As I separated and untangled each thread, ‘weaving’ began popping up in unexpected places. Here, a 6th great grandfather from Scotland who fled his career as a weaver and settled in Northern Ireland. There, a great grandmother whose maiden name of ‘Webb’ means ‘weaver’ in England and Scotland. Now, piles of crochet and embroidery pieces made by my maternal great grandmother stored in the attic.

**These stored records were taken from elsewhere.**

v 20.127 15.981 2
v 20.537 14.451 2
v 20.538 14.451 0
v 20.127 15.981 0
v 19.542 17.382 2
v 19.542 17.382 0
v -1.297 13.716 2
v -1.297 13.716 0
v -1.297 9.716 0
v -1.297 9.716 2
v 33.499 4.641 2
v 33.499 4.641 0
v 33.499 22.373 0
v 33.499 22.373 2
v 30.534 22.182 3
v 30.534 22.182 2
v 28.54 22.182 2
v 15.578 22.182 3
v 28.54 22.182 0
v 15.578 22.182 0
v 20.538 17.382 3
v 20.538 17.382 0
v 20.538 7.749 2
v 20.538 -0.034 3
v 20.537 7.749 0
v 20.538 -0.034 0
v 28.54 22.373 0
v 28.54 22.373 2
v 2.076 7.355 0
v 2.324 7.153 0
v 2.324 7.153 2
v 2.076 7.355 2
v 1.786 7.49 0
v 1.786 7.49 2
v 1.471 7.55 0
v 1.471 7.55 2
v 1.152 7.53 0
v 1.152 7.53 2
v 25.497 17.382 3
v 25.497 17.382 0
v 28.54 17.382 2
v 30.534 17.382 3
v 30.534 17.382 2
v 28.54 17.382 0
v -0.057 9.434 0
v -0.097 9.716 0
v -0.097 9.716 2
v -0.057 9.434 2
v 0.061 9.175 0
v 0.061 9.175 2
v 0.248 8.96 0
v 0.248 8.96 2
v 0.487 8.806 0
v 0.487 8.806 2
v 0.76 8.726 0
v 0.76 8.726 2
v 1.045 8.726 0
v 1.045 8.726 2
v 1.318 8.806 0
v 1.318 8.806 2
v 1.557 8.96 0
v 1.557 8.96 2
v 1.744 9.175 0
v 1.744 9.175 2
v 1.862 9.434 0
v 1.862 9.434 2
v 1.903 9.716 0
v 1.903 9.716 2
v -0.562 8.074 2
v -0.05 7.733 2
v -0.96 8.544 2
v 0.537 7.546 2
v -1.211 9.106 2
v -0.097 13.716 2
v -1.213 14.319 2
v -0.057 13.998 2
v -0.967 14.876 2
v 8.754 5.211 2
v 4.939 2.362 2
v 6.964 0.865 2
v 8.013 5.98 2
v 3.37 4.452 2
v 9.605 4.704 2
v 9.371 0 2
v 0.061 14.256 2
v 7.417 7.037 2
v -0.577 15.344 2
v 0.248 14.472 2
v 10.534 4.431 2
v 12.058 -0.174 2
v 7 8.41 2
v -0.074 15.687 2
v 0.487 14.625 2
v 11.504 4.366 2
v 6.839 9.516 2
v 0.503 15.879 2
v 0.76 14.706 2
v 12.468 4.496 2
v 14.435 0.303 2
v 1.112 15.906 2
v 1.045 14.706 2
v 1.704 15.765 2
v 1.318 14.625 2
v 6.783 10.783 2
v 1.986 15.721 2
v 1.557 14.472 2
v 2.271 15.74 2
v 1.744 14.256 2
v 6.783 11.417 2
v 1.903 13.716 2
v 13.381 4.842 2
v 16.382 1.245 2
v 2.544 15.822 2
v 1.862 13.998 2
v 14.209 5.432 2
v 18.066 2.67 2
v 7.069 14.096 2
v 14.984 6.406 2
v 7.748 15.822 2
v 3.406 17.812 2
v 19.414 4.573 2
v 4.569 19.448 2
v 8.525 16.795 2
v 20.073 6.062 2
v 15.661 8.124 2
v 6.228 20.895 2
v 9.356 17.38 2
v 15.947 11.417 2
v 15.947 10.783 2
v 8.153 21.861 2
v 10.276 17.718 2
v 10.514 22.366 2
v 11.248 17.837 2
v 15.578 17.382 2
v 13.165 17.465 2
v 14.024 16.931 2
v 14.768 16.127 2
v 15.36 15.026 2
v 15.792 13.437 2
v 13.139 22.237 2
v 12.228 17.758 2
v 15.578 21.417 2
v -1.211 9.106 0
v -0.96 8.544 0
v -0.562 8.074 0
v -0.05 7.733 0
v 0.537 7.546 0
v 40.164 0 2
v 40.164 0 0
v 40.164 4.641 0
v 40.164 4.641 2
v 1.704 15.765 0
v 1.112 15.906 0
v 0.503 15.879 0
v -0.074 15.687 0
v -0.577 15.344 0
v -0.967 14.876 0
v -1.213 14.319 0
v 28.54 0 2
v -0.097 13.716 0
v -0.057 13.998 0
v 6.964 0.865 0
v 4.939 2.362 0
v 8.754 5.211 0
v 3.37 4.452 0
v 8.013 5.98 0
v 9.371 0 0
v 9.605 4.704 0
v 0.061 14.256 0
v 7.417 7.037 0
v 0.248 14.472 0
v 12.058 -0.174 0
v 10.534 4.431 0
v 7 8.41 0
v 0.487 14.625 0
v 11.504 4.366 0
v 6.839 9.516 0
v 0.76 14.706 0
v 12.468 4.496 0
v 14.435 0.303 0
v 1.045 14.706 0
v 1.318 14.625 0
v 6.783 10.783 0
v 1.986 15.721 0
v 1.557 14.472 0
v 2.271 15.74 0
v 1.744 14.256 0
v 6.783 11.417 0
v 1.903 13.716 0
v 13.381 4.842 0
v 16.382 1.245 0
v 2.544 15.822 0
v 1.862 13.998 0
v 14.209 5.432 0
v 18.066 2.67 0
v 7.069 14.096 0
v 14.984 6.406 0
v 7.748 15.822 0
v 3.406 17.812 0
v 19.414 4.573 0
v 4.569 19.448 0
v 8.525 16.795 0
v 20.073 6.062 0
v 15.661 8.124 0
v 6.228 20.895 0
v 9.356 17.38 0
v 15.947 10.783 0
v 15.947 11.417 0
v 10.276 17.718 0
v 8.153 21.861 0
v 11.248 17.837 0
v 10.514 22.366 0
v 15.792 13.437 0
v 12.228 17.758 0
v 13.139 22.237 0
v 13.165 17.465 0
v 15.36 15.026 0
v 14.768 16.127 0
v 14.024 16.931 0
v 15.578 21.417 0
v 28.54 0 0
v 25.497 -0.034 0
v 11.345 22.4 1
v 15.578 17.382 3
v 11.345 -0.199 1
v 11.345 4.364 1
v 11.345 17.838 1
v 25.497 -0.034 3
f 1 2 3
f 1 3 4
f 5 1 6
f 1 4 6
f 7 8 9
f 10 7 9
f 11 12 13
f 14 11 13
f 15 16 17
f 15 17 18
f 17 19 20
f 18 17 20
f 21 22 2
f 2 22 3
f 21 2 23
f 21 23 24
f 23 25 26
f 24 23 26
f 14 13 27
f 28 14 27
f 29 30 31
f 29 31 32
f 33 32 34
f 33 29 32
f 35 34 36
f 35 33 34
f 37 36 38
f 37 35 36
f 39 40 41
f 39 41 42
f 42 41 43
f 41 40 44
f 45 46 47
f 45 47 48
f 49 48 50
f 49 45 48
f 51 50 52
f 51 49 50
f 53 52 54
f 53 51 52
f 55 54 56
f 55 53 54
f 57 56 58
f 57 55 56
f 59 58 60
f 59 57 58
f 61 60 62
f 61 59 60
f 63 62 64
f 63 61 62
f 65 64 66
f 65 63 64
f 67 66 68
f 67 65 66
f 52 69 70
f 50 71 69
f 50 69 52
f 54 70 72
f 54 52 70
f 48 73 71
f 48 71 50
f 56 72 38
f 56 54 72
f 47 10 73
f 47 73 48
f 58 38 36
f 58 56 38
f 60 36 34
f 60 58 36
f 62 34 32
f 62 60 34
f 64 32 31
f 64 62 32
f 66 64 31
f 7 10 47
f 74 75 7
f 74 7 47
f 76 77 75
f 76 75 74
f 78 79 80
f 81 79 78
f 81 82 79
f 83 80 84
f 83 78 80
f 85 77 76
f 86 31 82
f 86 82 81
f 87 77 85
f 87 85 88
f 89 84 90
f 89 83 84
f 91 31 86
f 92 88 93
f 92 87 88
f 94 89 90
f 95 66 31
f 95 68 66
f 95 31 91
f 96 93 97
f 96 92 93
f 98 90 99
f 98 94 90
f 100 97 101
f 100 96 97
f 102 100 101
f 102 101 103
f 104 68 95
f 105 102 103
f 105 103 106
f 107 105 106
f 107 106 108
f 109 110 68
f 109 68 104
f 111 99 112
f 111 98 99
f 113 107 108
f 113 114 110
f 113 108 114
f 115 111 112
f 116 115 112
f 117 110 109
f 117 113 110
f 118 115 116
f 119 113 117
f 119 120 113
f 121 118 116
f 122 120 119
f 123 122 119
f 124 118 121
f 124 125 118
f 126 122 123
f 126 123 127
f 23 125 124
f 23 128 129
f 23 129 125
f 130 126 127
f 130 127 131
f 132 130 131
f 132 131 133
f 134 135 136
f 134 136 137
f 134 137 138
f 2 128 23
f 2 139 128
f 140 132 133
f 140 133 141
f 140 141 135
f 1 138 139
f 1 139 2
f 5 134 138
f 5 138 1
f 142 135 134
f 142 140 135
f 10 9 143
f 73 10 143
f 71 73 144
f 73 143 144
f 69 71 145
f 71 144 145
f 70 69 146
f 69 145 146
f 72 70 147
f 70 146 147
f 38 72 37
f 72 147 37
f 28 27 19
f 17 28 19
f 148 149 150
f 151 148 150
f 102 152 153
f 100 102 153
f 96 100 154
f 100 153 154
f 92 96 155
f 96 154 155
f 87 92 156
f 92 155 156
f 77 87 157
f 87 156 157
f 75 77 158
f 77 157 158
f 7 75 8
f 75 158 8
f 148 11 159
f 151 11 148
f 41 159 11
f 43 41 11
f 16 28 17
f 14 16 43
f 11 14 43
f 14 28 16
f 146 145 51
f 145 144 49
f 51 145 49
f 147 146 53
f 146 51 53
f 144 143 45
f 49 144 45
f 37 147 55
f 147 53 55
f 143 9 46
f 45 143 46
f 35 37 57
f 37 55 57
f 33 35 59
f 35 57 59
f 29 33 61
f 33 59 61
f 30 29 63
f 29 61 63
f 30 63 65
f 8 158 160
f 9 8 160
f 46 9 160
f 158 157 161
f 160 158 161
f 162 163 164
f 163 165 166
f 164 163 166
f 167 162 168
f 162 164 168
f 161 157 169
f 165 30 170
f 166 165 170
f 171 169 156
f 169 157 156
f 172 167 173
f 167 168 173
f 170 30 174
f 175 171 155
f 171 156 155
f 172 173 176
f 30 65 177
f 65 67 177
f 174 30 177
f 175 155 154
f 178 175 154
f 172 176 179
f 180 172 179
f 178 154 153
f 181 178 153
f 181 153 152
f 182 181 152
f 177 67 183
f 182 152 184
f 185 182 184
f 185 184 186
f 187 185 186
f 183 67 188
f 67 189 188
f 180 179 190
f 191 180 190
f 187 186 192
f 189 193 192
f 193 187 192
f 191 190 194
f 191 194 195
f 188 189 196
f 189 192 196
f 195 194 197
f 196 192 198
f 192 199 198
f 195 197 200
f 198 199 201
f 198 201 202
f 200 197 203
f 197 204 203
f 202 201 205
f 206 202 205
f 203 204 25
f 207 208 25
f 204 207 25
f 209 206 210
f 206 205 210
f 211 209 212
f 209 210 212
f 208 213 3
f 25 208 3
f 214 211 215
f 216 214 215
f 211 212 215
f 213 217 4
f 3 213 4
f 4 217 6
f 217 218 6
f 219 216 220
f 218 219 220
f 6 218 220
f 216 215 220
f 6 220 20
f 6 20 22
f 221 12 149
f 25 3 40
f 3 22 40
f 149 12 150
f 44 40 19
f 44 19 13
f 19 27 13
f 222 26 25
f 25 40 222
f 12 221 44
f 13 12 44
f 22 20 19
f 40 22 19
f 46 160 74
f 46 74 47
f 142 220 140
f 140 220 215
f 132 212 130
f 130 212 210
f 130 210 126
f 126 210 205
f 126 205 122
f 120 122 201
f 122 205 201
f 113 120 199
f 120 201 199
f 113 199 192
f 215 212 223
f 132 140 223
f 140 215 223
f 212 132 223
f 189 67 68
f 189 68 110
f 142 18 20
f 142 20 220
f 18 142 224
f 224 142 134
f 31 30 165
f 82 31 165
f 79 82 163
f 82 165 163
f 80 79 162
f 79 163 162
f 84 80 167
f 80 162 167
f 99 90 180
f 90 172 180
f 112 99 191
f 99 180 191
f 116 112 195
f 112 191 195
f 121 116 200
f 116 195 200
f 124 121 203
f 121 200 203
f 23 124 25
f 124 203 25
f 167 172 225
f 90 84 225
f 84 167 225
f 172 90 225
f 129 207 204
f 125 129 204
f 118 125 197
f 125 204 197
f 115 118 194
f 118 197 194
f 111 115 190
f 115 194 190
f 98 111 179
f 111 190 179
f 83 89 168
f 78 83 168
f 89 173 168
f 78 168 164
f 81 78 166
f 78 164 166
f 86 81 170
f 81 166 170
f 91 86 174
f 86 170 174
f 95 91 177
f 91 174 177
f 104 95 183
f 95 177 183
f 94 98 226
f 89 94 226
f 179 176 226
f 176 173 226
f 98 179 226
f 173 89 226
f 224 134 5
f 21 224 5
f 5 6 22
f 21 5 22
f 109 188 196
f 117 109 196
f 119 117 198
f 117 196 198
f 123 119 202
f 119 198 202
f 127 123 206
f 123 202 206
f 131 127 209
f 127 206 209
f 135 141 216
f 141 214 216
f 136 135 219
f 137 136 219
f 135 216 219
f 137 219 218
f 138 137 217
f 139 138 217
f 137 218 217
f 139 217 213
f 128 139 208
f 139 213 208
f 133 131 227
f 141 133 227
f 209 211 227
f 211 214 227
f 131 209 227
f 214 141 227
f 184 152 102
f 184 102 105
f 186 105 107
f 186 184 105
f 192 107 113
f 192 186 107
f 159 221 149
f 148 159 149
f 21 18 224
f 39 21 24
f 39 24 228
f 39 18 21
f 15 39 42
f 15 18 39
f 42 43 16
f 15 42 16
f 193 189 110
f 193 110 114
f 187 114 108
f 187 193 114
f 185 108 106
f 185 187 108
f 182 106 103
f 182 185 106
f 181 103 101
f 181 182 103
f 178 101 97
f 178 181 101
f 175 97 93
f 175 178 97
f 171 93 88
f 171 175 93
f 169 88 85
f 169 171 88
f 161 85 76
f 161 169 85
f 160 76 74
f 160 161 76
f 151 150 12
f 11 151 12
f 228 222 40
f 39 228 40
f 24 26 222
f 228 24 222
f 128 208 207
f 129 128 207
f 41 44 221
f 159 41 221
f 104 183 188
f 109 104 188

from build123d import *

# Parameters (mm, degrees)
PAD_DEPTH    = 2
PAD001_DEPTH = 3
PAD002_DEPTH = 2
PAD003_DEPTH = 2


with BuildPart() as part:
    # Sketch001 → Pad (new body)
    with BuildSketch(Plane.XY):
        with BuildLine():
            add(Edge.make_bspline(
                [(11.345455, -0.198864), (16.382955, -0.198864), (20.826136, 3.529545), (20.826136, 10.782955)],
                knots=[0, 0, 0, 0, 1, 1, 1, 1], degree=3))
            Line((20.826136, 10.782955), (20.826136, 11.417045))
            add(Edge.make_bspline(
                [(20.826136, 11.417045), (20.826136, 18.670455), (16.382955, 22.4), (11.345455, 22.4)],
                knots=[0, 0, 0, 0, 1, 1, 1, 1], degree=3))
            add(Edge.make_bspline(
                [(11.345455, 22.4), (6.306818, 22.4), (1.903409, 18.670455), (1.903409, 11.417045)],
                knots=[0, 0, 0, 0, 1, 1, 1, 1], degree=3))
            Line((1.903409, 11.417045), (1.903409, 10.782955))
            add(Edge.make_bspline(
                [(1.903409, 10.782955), (1.903409, 3.529545), (6.306818, -0.198864), (11.345455, -0.198864)],
                knots=[0, 0, 0, 0, 1, 1, 1, 1], degree=3))
        make_face()
        with BuildLine():
            add(Edge.make_bspline(
                [(11.345455, 4.363636), (9.004545, 4.363636), (6.782955, 5.948864), (6.782955, 10.782955)],
                knots=[0, 0, 0, 0, 1, 1, 1, 1], degree=3))
            Line((6.782955, 10.782955), (6.782955, 11.417045))
            add(Edge.make_bspline(
                [(6.782955, 11.417045), (6.782955, 16.252273), (9.004545, 17.8375), (11.345455, 17.8375)],
                knots=[0, 0, 0, 0, 1, 1, 1, 1], degree=3))
            add(Edge.make_bspline(
                [(11.345455, 17.8375), (13.685227, 17.8375), (15.946591, 16.252273), (15.946591, 11.417045)],
                knots=[0, 0, 0, 0, 1, 1, 1, 1], degree=3))
            Line((15.946591, 11.417045), (15.946591, 10.782955))
            add(Edge.make_bspline(
                [(15.946591, 10.782955), (15.946591, 5.948864), (13.685227, 4.363636), (11.345455, 4.363636)],
                knots=[0, 0, 0, 0, 1, 1, 1, 1], degree=3))
        make_face(mode=Mode.SUBTRACT)
    extrude(amount=PAD_DEPTH)

    # Sketch003 → Pad001 (join)
    with BuildSketch(Plane(origin=(-7.7, 0, 0), x_dir=(1, 0, 0), z_dir=(0, 0, 1))):
        Polygon((38.234091, 22.181818), (23.278409, 22.181818), (23.278409, 17.381818), (28.2375, 17.381818), (28.2375, -0.034091), (33.196591, -0.034091), (33.196591, 17.381818), (38.234091, 17.381818), align=None)
    extrude(amount=PAD001_DEPTH)

    # Sketch004 → Pad002 (join)
    with BuildSketch(Plane(origin=(-13, 0, 0), x_dir=(1, 0, 0), z_dir=(0, 0, 1))):
        Polygon((46.498864, 4.640909), (46.498864, 22.372727), (41.539773, 22.372727), (41.539773, 0), (53.163636, 0), (53.163636, 4.640909), align=None)
    extrude(amount=PAD002_DEPTH)

    # Sketch005 → Pad003 (join)
    with BuildSketch(Plane(origin=(0.5, 0, 0), x_dir=(1, 0, 0), z_dir=(0, 0, 1))):
        with BuildLine():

The more I learned about my distant relations - the more I untangled the thread of where I am from - the more I felt a need to re-weave their stories together as a metaphor for putting myself back together. To smooth out the knots and repair the patches of despair, desperation, colonization, and survival. To ground into the dark horrific history of who I am from, and find ways to process the destruction my ancestors caused. To celebrate their survival as a way of bringing me here, now, with an opportunity not to bring back what was lost, but to mend what I can and attempt to weave a future that regenerates more than it destroys.